中文摘要： 本项目研究一维格点上带有相互作用势的FPU型格点系统非平凡孤立波及周期运动的存在性以及离散非线性薛定谔方程同宿轨的存在性问题，丰富完善已有结果。主要内容包括：1)对具有更一般超二次增长的势函数的FPU型系统，利用广义Nehari流形方法研究其基态周期解的存在性；2)利用极小极大方法、广义弱环绕定理及周期逼近技巧等工具研究具有渐近二次增长的势函数的FPU系统周期运动的存在性，回答部分公开问题并完善存在性结果；3)利用无穷维同调理论、集中紧性原理及延拓方法等工具研究正定和强不定情形下格点系统孤立波多包解的存在性；4)利用集中紧性原理及广义弱环绕定理等工具研究更一般非线性增长条件下离散薛定谔方程同宿解的存在性与多重性。格点系统可以看作某些非线性波方程关于空间变量的离散化，和非线性波方程一样具有很强的物理背景。本项目中问题的提出和解决，将有助于深化格点系统的研究并拓展该理论在相关领域中的应用。

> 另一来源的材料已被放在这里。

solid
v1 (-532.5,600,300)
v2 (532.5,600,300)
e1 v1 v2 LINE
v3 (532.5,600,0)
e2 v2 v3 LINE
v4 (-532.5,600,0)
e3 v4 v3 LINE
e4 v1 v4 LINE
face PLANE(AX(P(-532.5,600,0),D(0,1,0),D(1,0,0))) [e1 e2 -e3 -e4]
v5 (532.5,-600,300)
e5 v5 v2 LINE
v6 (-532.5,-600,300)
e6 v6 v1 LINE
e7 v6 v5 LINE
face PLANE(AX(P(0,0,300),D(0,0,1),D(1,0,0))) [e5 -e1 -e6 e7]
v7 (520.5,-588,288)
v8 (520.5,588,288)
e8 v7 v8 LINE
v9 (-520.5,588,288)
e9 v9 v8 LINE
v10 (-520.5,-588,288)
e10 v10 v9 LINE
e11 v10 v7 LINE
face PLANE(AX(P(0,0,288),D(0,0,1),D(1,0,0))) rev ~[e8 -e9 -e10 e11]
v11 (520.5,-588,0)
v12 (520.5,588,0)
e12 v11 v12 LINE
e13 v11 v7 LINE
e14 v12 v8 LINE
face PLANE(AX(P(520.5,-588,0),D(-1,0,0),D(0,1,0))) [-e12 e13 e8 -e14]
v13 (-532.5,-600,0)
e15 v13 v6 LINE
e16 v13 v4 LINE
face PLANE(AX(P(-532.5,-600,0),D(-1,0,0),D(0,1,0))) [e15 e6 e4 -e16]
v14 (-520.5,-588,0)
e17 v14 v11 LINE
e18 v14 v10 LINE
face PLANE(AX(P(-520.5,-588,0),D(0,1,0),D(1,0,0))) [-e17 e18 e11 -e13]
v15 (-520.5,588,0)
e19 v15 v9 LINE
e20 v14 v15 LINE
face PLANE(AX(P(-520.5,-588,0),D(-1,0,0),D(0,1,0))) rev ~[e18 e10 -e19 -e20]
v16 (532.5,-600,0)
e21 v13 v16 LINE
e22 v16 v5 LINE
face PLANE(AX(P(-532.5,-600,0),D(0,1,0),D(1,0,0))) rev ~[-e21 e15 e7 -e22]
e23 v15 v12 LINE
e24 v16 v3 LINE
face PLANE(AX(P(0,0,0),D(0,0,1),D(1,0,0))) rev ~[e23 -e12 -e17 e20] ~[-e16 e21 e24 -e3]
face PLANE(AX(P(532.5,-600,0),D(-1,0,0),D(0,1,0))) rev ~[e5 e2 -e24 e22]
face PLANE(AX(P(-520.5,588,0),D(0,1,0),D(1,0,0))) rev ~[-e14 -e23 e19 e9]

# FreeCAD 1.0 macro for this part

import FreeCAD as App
import Part
import Sketcher
from FreeCAD import Vector


def add_polygon(sketch, points):
    """Adds a closed chain of lines whose ends are joined by coincident constraints."""
    first, n = sketch.GeometryCount, len(points)
    for a, b in zip(points, points[1:] + points[:1]):
        sketch.addGeometry(Part.LineSegment(App.Vector(*a, 0), App.Vector(*b, 0)), False)
    for i in range(n):
        sketch.addConstraint(Sketcher.Constraint("Coincident", first + i, 2, first + (i + 1) % n, 1))

doc = App.newDocument("Part")
params = doc.addObject("Spreadsheet::Sheet", "Params")
for row, (alias, value) in enumerate([
    ("sketch1_width", "1065 mm"),
    ("sketch1_width2", "1041 mm"),
    ("sketch1_height", "1200 mm"),
    ("sketch1_height2", "1176 mm"),
    ("pad1_length", "300 mm"),
    ("sketch2_width", "1065 mm"),
    ("sketch2_height", "1200 mm"),
    ("pad2_length", "12 mm"),
], start=1):
    params.set(f"A{row}", alias)
    params.set(f"B{row}", "=" + value)
    params.setAlias(f"B{row}", alias)

body = doc.addObject("PartDesign::Body", "Body")

sketch1 = body.newObject("Sketcher::SketchObject", "Sketch")
sketch1.AttachmentSupport = (doc.getObject("XY_Plane"), [""])
sketch1.MapMode = "FlatFace"
add_polygon(sketch1, [(-532, 600), (-532, -600), (532, -600), (532, 600)])
add_polygon(sketch1, [(520, -588), (-520, -588), (-520, 588), (520, 588)])
sketch1.addConstraint([
    Sketcher.Constraint("Vertical", 0),
    Sketcher.Constraint("Horizontal", 1),
    Sketcher.Constraint("Vertical", 2),
    Sketcher.Constraint("Horizontal", 3),
    Sketcher.Constraint("Horizontal", 4),
    Sketcher.Constraint("Vertical", 5),
    Sketcher.Constraint("Horizontal", 6),
    Sketcher.Constraint("Vertical", 7),
    Sketcher.Constraint("Symmetric", 0, 2, 2, 2, -1, 1),
    Sketcher.Constraint("Symmetric", 4, 2, 6, 2, -1, 1),
    Sketcher.Constraint("DistanceX", 1, 1, 1, 2, 1065.0),
    Sketcher.Constraint("DistanceX", 4, 2, 4, 1, 1041.0),
    Sketcher.Constraint("DistanceY", 0, 2, 0, 1, 1200.0),
    Sketcher.Constraint("DistanceY", 5, 1, 5, 2, 1176.0),
])
sketch1.setExpression("Constraints[18]", "Params.sketch1_width")
sketch1.setExpression("Constraints[19]", "Params.sketch1_width2")
sketch1.setExpression("Constraints[20]", "Params.sketch1_height")
sketch1.setExpression("Constraints[21]", "Params.sketch1_height2")
pad1 = body.newObject("PartDesign::Pad", "Pad")
pad1.Profile = sketch1
pad1.setExpression("Length", "Params.pad1_length")

sketch2 = body.newObject("Sketcher::SketchObject", "Sketch001")
sketch2.AttachmentSupport = (doc.getObject("XY_Plane"), [""])
sketch2.MapMode = "FlatFace"
sketch2.AttachmentOffset = App.Placement(Vector(0, 0, 300), App.Rotation())
add_polygon(sketch2, [(-532, 600), (-532, -600), (532, -600), (532, 600)])
sketch2.addConstraint([
    Sketcher.Constraint("Vertical", 0),
    Sketcher.Constraint("Horizontal", 1),
    Sketcher.Constraint("Vertical", 2),
    Sketcher.Constraint("Horizontal", 3),
    Sketcher.Constraint("Symmetric", 0, 2, 2, 2, -1, 1),
    Sketcher.Constraint("DistanceX", 1, 1, 1, 2, 1065.0),
    Sketcher.Constraint("DistanceY", 0, 2, 0, 1, 1200.0),
])
sketch2.setExpression("Constraints[9]", "Params.sketch2_width")
sketch2.setExpression("Constraints[10]", "Params.sketch2_height")
pad2 = body.newObject("PartDesign::Pad", "Pad001")
pad2.Profile = sketch2
pad2.setExpression("Length", "Params.pad2_length")
pad2.Reversed = True

doc.recompute()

中文关键词： 格点动力系统；周期解；同宿轨；变分法；Morse理论

英文摘要： We mainly study the existence of solitary waves and periodic motions of FPU type systems with nearest neighbor interaction potentials and homoclinic orbits of discrete nonlinear Schrödinger equations in one dimensional lattices, enrich and consummate the well known results. Our main contents are as follows: 1) Under more general superquadratic growth of potential functions, we study the existence of ground state periodic solutions for the FPU type systems by using generalized Nehari manifold approach; 2) We study the existence of periodic motions for the FPU type systems with asymptotically quadratic potentials by using minimax method in combination with generalized weak linking theorem, periodic approximation technique and so on, answer some open problems and consummate the existence results; 3) We study the existence of multibump type solitary waves for for the both definite and strongly indefinite lattice systems by using infinite dimensional homology theory in combination with concentration-compactness principle and extension method; 4) we study the existence and multiplicity of homoclinic solutions for discrete nonlinear Schrödinger equations with more general conditions by using concentration-compactness principle and generalized weak linking theorem. Lattice systmes can be viewed as the nonlinear wave equations about space variables discretization, and also have strongly physical background. By proposing and solving the problems in the project, it will help to deepen studies of lattice dynamical systems, and it will extend appliciations of this theory in related fields.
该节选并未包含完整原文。